A:Fetus is normal genotype AA, then its wild type can be denoted as 0.1, saltant type 0, now total dissociative DNA The value of middle mutator signal/wild type gene signal is 0/ (0.9+0.1)=0;
B:Fetus carries mutator Aa to be recessive, then its wild type can be denoted as 0.05, saltant type 0.05, now The value of mutator signal/wild type gene signal is 0.05/ (0.9+0.05)=0.053 in total dissociative DNA;
The 2nd, if pregnant woman's genotype is Aa, then the wild type and mutated genes amount of pregnant woman can be denoted as 0.45, such feelings Fetus has 3 kinds of situations under condition:
A:Fetus genotype is AA, i.e., fetus wild type gene amount is 0.1, and mutated genes amount is 0, now total free Value=0.45/ (0.45+0.1)=0.82 of mutator signal/wild type gene signal is detected in DNA;
B:Fetus genotype is Aa, i.e. fetus mutated genes and wild type gene amount are denoted as 0.05, now total free Value=(0.45+0.05)/(0.45+0.05)=1 of mutator signal/wild type gene signal is detected in DNA;
C:Fetus genotype is aa, then fetus mutated genes amount is 0.1, and wild type gene amount is 0, now total free Value=(0.45+0.1)/0.45=1.22 of mutator signal/wild type gene signal is detected in DNA;
The 3rd, if pregnant woman's genotype is aa, then pregnant woman's wild type gene amount is 0, and mutated genes amount is denoted as 0.9, such feelings Fetus has 2 kinds of possibility under condition:
A:Fetus genotype is Aa, i.e., fetus mutator and wild gene amount are respectively 0.05, are now examined in total dissociative DNA Measure value=(0.9+0.05)/0.05=19 of mutator signal/wild type gene signal;
B:Fetus genotype is aa, i.e., fetus mutated genes amount is 0.1, and wild type gene amount is 0, now total free Without wild type gene in DNA, therefore, the value for detecting mutator signal/wild type gene signal is infinity, without meter Calculate;
2nd, the dissociative DNA of pregnant woman's second trimester peripheral blood extraction is obtained, carries out digital pcr reaction, obtains mutator letter Number/value of wild type gene signal, compared with the value of mutator signal/wild type gene signal in step 1, error exists Within 10%, then belong to gene type corresponding to the value, the quick gene for judging pregnant woman and fetus.
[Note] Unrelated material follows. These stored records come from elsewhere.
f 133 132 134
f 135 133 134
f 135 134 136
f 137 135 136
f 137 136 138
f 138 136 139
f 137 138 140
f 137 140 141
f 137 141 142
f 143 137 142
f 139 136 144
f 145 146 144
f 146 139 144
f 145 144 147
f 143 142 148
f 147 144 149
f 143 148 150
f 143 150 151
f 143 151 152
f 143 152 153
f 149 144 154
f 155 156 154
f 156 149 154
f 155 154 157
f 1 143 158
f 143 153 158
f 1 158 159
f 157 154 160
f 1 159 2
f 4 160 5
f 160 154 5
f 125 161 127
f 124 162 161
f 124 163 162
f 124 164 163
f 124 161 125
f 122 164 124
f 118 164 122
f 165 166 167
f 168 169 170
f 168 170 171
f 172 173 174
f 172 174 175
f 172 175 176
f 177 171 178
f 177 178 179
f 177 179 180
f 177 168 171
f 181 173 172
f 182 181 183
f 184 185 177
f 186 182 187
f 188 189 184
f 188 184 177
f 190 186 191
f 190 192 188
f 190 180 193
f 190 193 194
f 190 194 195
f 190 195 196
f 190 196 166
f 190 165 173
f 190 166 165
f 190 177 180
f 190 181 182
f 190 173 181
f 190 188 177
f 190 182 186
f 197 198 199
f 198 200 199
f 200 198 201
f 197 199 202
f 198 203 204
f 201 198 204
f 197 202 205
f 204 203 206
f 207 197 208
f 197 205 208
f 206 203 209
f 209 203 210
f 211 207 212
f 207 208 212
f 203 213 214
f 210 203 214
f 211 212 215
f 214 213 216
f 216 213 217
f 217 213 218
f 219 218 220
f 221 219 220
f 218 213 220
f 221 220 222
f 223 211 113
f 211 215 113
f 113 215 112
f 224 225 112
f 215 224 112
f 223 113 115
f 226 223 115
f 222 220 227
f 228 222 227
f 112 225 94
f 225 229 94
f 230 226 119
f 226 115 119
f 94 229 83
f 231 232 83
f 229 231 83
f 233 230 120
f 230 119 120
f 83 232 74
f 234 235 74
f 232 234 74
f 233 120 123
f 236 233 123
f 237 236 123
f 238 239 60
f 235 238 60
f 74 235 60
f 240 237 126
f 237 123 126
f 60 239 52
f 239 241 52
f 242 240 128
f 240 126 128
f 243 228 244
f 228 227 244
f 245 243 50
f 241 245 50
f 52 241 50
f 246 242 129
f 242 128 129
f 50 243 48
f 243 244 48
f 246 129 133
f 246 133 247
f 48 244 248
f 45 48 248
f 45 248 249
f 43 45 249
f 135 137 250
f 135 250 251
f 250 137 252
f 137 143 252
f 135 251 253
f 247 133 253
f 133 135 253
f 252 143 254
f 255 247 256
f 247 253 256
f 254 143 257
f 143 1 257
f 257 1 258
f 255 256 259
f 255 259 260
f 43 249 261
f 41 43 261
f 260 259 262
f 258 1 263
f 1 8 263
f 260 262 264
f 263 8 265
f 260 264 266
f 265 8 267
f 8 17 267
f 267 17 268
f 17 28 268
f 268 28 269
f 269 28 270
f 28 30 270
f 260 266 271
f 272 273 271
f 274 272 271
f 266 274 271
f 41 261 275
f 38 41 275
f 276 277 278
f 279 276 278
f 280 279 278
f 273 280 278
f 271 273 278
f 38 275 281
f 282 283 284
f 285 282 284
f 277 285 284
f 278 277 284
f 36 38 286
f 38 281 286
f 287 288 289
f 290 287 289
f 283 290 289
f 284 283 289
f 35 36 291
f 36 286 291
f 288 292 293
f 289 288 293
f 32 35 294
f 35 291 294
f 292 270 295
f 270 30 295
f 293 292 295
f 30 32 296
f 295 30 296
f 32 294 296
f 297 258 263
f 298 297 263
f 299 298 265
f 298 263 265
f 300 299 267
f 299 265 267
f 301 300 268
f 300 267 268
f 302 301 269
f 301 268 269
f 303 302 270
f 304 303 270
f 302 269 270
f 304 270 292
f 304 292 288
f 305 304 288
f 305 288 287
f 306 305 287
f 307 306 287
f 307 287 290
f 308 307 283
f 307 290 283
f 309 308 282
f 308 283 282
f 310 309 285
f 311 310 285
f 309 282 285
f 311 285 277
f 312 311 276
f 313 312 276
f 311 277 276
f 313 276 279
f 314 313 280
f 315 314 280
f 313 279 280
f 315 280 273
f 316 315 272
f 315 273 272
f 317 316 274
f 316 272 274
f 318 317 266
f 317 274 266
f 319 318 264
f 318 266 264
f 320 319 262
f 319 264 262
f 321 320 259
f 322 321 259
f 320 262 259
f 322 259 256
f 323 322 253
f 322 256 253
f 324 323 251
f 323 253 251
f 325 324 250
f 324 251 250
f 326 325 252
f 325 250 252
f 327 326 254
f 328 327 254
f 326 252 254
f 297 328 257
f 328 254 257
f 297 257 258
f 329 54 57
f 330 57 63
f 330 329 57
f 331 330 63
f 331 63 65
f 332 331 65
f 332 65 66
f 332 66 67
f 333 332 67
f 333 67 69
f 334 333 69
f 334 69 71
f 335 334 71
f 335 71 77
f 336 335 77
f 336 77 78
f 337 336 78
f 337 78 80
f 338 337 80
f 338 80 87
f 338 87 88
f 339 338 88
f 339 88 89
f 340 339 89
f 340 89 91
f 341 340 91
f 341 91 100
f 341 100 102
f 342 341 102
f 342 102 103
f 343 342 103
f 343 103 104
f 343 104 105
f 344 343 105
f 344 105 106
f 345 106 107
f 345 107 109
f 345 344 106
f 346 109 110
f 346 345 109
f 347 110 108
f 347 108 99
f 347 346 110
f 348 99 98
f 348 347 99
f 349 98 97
In step 2, further preferably, error is within 5%.
A kind of device of effective detection genotype, including:
The module of storage and calculation step one (is used for the module for realizing step 1);
Digital pcr device;
And calculation step two and with numeric ratio in step 1 compared with module (be used to realize the calculating mould of step 2 Block).
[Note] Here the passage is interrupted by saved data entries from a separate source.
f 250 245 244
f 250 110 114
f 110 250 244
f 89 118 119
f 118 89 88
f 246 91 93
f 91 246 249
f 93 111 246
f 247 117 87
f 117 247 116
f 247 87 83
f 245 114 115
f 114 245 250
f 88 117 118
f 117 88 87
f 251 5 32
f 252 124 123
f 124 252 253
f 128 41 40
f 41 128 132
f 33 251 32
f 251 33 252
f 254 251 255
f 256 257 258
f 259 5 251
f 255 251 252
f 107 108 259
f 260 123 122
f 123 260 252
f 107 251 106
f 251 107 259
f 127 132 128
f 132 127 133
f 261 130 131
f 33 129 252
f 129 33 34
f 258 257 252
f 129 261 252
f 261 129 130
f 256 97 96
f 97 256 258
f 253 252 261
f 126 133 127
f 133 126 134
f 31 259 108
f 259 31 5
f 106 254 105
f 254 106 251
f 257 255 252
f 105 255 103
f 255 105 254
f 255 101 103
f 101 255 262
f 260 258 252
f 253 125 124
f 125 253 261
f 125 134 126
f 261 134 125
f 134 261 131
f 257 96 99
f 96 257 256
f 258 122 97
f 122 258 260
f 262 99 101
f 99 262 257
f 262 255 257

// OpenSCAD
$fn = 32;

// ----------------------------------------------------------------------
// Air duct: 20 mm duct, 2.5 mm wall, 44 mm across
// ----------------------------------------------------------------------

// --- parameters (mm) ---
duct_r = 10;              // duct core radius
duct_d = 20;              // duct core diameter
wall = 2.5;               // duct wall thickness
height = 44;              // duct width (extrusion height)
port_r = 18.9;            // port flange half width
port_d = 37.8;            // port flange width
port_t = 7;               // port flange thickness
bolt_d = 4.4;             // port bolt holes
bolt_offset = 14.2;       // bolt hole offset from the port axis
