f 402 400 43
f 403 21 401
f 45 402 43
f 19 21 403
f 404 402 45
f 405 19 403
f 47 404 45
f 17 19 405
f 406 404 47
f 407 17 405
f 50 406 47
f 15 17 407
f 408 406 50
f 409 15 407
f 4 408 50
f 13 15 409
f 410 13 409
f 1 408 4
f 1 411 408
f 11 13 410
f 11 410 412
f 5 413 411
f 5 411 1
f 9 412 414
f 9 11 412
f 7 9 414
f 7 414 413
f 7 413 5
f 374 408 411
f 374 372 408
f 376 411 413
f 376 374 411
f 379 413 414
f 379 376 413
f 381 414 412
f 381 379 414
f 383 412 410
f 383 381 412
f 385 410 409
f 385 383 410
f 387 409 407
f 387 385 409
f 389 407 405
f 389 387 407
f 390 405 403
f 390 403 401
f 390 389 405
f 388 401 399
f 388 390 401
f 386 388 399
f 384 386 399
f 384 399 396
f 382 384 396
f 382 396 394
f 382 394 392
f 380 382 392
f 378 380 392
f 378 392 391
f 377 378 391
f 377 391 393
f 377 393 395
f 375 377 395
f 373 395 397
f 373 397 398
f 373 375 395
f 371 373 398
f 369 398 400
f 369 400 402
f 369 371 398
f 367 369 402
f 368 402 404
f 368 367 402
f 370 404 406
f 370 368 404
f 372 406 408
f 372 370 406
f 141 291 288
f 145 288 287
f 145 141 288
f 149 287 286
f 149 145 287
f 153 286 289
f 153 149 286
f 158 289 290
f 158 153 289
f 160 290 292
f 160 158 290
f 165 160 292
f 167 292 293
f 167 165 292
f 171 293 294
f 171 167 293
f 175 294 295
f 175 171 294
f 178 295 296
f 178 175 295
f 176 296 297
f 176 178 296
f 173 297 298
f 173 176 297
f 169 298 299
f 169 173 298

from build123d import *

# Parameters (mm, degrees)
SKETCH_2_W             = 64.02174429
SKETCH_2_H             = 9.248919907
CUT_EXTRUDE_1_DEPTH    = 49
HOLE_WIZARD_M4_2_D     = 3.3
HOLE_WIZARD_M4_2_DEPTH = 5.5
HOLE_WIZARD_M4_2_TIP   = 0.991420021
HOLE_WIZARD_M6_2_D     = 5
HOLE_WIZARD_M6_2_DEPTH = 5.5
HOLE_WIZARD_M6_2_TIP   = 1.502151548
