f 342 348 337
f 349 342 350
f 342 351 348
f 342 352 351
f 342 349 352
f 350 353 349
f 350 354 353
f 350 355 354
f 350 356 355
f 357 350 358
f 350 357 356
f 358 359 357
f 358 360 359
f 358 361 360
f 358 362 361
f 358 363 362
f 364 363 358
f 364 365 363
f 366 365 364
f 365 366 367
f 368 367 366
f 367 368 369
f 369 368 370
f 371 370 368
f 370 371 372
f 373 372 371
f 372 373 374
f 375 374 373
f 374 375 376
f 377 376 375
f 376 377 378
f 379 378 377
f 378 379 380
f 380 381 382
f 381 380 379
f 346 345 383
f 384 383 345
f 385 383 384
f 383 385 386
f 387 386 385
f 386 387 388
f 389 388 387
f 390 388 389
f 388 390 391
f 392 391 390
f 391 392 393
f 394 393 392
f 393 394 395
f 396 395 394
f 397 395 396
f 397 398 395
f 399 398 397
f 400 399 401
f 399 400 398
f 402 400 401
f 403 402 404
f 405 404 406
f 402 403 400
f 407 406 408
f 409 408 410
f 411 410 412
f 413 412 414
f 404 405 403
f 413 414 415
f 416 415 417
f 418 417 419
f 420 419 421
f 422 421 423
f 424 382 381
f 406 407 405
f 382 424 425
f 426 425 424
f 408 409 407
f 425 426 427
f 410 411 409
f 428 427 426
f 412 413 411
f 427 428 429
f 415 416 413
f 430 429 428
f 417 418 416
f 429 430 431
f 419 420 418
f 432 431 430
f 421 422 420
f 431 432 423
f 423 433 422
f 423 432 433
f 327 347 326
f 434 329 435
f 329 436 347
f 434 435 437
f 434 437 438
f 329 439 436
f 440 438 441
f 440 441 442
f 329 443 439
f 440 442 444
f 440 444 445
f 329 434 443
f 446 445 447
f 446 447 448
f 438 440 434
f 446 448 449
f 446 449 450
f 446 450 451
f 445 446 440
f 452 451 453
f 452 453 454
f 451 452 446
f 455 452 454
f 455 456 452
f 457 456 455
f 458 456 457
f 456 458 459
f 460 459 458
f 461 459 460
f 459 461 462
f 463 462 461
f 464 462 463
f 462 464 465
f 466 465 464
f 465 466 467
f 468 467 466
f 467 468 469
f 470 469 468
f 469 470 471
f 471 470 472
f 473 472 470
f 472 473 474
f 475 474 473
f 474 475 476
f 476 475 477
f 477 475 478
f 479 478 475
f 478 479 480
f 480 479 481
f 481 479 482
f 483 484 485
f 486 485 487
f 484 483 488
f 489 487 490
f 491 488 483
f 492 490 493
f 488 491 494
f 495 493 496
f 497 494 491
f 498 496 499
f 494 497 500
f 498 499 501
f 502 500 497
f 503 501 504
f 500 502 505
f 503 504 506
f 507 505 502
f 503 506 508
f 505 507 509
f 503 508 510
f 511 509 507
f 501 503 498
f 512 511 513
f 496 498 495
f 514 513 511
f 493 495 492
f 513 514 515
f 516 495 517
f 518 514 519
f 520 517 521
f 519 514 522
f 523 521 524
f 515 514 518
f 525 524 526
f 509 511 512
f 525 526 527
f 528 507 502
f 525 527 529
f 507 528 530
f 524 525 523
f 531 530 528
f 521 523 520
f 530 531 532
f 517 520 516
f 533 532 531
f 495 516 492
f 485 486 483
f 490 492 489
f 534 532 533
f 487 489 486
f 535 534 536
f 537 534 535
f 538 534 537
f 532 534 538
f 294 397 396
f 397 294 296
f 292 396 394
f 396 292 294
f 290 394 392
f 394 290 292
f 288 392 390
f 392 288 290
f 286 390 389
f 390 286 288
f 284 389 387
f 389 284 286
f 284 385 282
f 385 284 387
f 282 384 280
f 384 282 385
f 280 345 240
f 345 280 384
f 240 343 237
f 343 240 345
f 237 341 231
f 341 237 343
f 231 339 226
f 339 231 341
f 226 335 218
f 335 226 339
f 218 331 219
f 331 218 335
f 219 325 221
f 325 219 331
Compared with prior art, the invention has the advantages that:
The method and device of effective detection genotype of the present invention, it is applicable to based on a variety of single bases that dissociative DNA is template Genotype detection and analysis because of mutation.The calculation is simple, is exaggerated CV values, reduces existing platform to CV (variation lines Number variable coefficient abbreviation) it is worth requiring, feasibility is strong.The method and dress of effective detection genotype of the present invention Put, can simply and rapidly judge fetus and the gene type of pregnant woman.
Embodiment
Embodiment 1
Suitable for target individual to need the individual that is detected, for example, blood DNA, oral secretion DNA and amniotic fluid or The direct sample such as bleeding of the umbilicus DNA.Now there was only 3 kinds of situations:
1 detects that mutator signal/wild type gene signal is 0, i.e. target gene type is determined as AA;
2 detect that mutator signal/wild type gene signal is 1, i.e. target gene type is determined as Aa;
3 detect that mutator signal/wild type gene signal is determined as aa for infinity, i.e. target gene type.
The genotype of SLC26A4 919-2 genes is detected, samples sources are amniotic fluid/bleeding of the umbilicus DNA.Pass through the spy of digital pcr Specific amplification, an amniotic fluid DNA detect that mutator signal/wild type gene signal=33.608/0=33.608 is (unlimited Greatly), its genotype results be determined as aa, another bleeding of the umbilicus DNA detect mutator signal/wild type gene signal= 33.568/32.495=1.03 (it is approximately equal to 1, meets CV<8%), its genotype is determined as the result of determination of two samples of Aa. all It is consistent with clinical sequencing result.
Embodiment 2
This method is applicable to based on genotype detection of the dissociative DNA for a variety of single gene mutations of template and analysis.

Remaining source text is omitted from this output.